Return the lines below exactly as they appear, please, starting with the first and ending with the one that contains "v -2.883 0 12.163".

### [Saved data entries]
▼
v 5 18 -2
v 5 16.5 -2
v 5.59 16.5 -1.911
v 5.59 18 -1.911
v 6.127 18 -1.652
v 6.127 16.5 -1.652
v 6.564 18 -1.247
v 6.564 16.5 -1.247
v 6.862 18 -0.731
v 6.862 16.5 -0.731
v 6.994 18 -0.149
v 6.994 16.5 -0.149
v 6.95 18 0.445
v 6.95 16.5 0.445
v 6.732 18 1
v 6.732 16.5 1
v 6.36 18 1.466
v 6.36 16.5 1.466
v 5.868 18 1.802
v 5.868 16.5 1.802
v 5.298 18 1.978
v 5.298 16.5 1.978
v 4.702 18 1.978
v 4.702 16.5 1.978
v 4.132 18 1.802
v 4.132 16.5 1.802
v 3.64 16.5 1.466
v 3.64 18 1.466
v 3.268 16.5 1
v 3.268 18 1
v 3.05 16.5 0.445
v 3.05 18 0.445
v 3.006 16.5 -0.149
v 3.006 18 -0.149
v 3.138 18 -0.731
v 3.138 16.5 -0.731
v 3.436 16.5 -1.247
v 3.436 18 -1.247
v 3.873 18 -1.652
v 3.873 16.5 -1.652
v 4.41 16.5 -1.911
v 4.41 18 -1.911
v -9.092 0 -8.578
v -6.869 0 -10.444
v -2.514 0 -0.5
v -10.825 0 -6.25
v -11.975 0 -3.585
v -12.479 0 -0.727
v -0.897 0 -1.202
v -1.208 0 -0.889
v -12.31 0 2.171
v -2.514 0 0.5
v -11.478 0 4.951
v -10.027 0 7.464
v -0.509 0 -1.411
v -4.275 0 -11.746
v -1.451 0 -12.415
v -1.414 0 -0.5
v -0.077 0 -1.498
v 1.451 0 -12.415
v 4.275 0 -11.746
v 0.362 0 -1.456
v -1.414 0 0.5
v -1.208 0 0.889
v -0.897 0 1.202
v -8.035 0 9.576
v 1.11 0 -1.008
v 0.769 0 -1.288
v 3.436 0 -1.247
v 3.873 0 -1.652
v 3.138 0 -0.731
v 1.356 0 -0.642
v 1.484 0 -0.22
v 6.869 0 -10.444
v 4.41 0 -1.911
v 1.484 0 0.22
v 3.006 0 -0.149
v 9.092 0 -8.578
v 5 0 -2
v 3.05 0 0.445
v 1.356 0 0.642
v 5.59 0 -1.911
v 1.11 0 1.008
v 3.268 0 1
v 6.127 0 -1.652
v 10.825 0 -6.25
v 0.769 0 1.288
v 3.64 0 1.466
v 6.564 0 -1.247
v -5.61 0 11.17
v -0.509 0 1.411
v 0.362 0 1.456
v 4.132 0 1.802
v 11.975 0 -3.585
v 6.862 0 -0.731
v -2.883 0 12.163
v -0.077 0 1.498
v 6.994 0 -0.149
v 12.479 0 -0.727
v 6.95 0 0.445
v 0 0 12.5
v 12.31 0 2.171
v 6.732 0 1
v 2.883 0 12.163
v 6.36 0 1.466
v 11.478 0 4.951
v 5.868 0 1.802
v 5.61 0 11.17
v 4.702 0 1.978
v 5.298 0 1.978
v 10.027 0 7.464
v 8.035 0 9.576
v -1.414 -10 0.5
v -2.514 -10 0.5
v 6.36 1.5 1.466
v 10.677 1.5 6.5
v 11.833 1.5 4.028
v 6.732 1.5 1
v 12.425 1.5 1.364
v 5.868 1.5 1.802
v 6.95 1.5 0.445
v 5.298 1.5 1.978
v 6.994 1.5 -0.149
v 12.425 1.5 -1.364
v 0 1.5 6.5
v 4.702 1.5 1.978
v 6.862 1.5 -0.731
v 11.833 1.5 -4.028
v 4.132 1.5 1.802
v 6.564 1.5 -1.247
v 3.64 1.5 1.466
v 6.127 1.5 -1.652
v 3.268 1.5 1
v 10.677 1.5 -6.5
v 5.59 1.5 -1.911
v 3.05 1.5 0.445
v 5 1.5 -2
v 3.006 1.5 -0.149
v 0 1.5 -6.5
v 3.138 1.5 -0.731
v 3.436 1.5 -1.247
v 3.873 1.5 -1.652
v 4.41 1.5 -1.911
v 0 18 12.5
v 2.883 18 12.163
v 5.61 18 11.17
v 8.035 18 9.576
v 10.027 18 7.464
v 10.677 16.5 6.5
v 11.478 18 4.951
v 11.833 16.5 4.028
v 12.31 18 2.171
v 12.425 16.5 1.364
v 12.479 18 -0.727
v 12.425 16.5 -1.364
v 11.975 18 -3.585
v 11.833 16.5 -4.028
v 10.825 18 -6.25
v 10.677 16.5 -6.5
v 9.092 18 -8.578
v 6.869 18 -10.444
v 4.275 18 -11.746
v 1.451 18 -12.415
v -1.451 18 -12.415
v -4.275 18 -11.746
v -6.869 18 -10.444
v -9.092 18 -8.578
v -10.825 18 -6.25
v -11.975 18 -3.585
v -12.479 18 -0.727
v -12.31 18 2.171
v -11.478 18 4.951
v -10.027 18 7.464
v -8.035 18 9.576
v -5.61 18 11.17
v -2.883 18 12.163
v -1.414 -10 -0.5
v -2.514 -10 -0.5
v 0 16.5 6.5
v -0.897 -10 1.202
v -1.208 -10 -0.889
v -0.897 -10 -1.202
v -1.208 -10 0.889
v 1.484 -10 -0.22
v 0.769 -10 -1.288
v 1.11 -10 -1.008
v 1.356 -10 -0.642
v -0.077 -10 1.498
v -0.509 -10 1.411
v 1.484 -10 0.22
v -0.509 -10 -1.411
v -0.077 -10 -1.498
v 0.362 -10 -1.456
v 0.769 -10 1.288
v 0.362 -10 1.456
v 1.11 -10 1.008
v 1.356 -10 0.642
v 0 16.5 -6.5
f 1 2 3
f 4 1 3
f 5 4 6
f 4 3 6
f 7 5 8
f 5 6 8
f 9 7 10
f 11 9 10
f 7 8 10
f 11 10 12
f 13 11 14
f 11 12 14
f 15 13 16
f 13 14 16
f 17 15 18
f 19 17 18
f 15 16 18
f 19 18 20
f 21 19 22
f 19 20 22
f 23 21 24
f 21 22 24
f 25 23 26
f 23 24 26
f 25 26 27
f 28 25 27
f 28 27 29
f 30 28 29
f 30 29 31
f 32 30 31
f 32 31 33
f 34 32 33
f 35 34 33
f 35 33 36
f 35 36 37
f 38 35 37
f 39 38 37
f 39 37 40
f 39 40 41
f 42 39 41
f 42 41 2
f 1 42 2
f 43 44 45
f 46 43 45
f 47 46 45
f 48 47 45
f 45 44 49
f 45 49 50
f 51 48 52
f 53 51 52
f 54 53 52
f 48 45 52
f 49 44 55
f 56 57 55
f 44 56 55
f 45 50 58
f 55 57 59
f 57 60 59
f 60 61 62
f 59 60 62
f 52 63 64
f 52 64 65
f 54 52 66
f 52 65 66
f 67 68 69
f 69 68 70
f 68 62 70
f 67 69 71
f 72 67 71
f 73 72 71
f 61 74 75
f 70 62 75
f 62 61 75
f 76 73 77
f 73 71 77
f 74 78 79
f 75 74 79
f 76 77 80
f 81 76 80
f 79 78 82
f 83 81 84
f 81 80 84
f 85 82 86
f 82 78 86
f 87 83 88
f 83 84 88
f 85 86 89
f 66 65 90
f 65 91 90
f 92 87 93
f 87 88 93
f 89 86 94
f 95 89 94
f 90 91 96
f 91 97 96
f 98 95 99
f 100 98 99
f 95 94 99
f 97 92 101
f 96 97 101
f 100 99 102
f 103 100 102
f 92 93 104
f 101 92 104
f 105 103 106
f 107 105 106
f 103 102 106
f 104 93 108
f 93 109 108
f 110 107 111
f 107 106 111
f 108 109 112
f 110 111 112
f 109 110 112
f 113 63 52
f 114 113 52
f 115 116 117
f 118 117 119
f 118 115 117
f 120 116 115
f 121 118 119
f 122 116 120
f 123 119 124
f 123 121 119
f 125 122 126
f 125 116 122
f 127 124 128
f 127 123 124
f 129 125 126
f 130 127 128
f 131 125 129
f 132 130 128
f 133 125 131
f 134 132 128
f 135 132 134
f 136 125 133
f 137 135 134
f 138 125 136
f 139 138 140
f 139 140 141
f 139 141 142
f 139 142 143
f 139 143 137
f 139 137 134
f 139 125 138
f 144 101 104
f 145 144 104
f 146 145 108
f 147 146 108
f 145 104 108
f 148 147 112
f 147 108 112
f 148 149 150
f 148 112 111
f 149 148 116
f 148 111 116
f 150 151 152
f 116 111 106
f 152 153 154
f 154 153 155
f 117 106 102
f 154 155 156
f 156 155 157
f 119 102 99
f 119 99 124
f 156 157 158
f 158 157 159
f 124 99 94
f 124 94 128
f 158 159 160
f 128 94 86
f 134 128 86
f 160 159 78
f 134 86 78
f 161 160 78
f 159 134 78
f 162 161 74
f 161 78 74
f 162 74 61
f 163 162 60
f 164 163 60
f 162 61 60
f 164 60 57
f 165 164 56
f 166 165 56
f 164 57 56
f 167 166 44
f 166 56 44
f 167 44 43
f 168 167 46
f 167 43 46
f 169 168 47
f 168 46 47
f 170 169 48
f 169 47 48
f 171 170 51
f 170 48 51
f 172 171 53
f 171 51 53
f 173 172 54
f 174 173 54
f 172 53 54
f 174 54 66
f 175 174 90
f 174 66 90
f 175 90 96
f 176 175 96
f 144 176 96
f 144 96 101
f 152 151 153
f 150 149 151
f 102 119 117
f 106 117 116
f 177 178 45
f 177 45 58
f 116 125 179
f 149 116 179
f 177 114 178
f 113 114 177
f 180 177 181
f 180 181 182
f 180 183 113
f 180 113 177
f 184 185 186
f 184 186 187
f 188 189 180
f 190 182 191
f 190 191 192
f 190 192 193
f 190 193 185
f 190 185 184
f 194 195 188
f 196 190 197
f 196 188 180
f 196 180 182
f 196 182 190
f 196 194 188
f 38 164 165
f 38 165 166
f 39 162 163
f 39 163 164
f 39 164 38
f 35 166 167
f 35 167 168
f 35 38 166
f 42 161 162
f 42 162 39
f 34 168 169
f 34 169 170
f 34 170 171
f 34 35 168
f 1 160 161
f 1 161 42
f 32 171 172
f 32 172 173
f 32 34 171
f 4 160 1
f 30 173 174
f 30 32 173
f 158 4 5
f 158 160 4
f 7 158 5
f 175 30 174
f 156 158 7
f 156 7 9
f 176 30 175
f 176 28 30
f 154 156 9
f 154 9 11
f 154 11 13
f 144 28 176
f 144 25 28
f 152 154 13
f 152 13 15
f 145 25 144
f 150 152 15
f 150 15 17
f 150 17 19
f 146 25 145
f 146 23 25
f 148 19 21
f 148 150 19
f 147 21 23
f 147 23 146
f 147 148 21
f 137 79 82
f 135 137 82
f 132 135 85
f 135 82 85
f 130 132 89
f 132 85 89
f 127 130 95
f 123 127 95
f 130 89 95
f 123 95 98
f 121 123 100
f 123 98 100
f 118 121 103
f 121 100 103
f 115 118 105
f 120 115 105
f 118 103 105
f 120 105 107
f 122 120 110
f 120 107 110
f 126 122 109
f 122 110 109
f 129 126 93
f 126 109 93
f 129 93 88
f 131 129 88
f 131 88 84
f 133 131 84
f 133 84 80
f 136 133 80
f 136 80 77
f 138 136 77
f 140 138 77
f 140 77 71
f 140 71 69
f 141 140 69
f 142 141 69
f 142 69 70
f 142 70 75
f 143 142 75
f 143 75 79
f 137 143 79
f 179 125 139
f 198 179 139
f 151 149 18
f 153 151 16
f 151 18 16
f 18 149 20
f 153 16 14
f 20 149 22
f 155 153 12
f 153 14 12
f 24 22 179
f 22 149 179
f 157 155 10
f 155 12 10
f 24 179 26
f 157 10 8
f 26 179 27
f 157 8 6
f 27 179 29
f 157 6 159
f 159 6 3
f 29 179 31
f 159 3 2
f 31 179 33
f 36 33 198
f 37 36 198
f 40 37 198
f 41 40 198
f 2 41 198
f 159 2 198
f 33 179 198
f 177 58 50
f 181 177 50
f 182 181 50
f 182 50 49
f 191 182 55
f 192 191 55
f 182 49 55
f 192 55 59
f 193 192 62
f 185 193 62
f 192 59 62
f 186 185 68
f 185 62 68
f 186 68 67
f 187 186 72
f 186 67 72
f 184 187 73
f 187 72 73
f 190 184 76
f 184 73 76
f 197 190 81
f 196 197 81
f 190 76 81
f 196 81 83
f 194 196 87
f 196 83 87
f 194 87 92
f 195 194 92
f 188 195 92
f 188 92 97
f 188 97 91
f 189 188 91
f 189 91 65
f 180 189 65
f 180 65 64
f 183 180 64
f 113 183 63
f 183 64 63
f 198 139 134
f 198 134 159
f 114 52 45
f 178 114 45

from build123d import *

# Parameters (mm, degrees)
SKETCH1_R           = 12.5
BOSS_EXTRUDE1_DEPTH = 18
SKETCH2_W           = 13
SKETCH2_H           = 15
CUT_EXTRUDE1_DEPTH  = 18
SKETCH3_R           = 2
SKETCH3_R_2         = 1
CUT_EXTRUDE2_DEPTH  = 26.228951623
BOSS_EXTRUDE2_DEPTH = 10


with BuildPart() as part:
    # Sketch1 → Boss-Extrude1 (new body)
    with BuildSketch(Plane(origin=(0, 0, 0), x_dir=(1, 0, 0), z_dir=(0, 1, 0))):
        with Locations(Location((0, 0, 0), (0, 0, 270))):
            Circle(SKETCH1_R)
    extrude(amount=BOSS_EXTRUDE1_DEPTH)

    # Sketch2 → Cut-Extrude1 (cut)
    with BuildSketch(Plane(origin=(0, 0, 0), x_dir=(0, 0, -1), z_dir=(1, 0, 0))):
        with Locations((0, 9)):
            Rectangle(SKETCH2_W, SKETCH2_H)
    extrude(amount=CUT_EXTRUDE1_DEPTH, mode=Mode.SUBTRACT)

    # Sketch3 → Cut-Extrude2 (cut, through all)
    # profile 1 of 2: a face of its own
    with BuildSketch(Plane.XZ):
        with Locations(Location((5, 0, 0), (0, 0, 270))):
            Circle(SKETCH3_R)
        with Locations((5, 0)):
            Circle(SKETCH3_R_2, mode=Mode.SUBTRACT)
    # profile 2 of 2: a face of its own
    with BuildSketch(Plane.XZ):
        with Locations((5, 0)):
            Circle(SKETCH3_R_2)
    extrude(amount=-CUT_EXTRUDE2_DEPTH, mode=Mode.SUBTRACT)

    # Sketch5 → Boss-Extrude2 (add)
    with BuildSketch(Plane.XZ):
        with BuildLine():
            Line((-1.414213562, 0.5), (-2.514213562, 0.5))
            Line((-2.514213562, 0.5), (-2.514213562, -0.5))
            Line((-2.514213562, -0.5), (-1.414213562, -0.5))
            ThreePointArc((-1.414213562, -0.5), (1.5, 0), (-1.414213562, 0.5))
        make_face()
    extrude(amount=BOSS_EXTRUDE2_DEPTH)


solid = part.part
▲
### [Exercise result]
v 5 18 -2
v 5 16.5 -2
v 5.59 16.5 -1.911
v 5.59 18 -1.911
v 6.127 18 -1.652
v 6.127 16.5 -1.652
v 6.564 18 -1.247
v 6.564 16.5 -1.247
v 6.862 18 -0.731
v 6.862 16.5 -0.731
v 6.994 18 -0.149
v 6.994 16.5 -0.149
v 6.95 18 0.445
v 6.95 16.5 0.445
v 6.732 18 1
v 6.732 16.5 1
v 6.36 18 1.466
v 6.36 16.5 1.466
v 5.868 18 1.802
v 5.868 16.5 1.802
v 5.298 18 1.978
v 5.298 16.5 1.978
v 4.702 18 1.978
v 4.702 16.5 1.978
v 4.132 18 1.802
v 4.132 16.5 1.802
v 3.64 16.5 1.466
v 3.64 18 1.466
v 3.268 16.5 1
v 3.268 18 1
v 3.05 16.5 0.445
v 3.05 18 0.445
v 3.006 16.5 -0.149
v 3.006 18 -0.149
v 3.138 18 -0.731
v 3.138 16.5 -0.731
v 3.436 16.5 -1.247
v 3.436 18 -1.247
v 3.873 18 -1.652
v 3.873 16.5 -1.652
v 4.41 16.5 -1.911
v 4.41 18 -1.911
v -9.092 0 -8.578
v -6.869 0 -10.444
v -2.514 0 -0.5
v -10.825 0 -6.25
v -11.975 0 -3.585
v -12.479 0 -0.727
v -0.897 0 -1.202
v -1.208 0 -0.889
v -12.31 0 2.171
v -2.514 0 0.5
v -11.478 0 4.951
v -10.027 0 7.464
v -0.509 0 -1.411
v -4.275 0 -11.746
v -1.451 0 -12.415
v -1.414 0 -0.5
v -0.077 0 -1.498
v 1.451 0 -12.415
v 4.275 0 -11.746
v 0.362 0 -1.456
v -1.414 0 0.5
v -1.208 0 0.889
v -0.897 0 1.202
v -8.035 0 9.576
v 1.11 0 -1.008
v 0.769 0 -1.288
v 3.436 0 -1.247
v 3.873 0 -1.652
v 3.138 0 -0.731
v 1.356 0 -0.642
v 1.484 0 -0.22
v 6.869 0 -10.444
v 4.41 0 -1.911
v 1.484 0 0.22
v 3.006 0 -0.149
v 9.092 0 -8.578
v 5 0 -2
v 3.05 0 0.445
v 1.356 0 0.642
v 5.59 0 -1.911
v 1.11 0 1.008
v 3.268 0 1
v 6.127 0 -1.652
v 10.825 0 -6.25
v 0.769 0 1.288
v 3.64 0 1.466
v 6.564 0 -1.247
v -5.61 0 11.17
v -0.509 0 1.411
v 0.362 0 1.456
v 4.132 0 1.802
v 11.975 0 -3.585
v 6.862 0 -0.731
v -2.883 0 12.163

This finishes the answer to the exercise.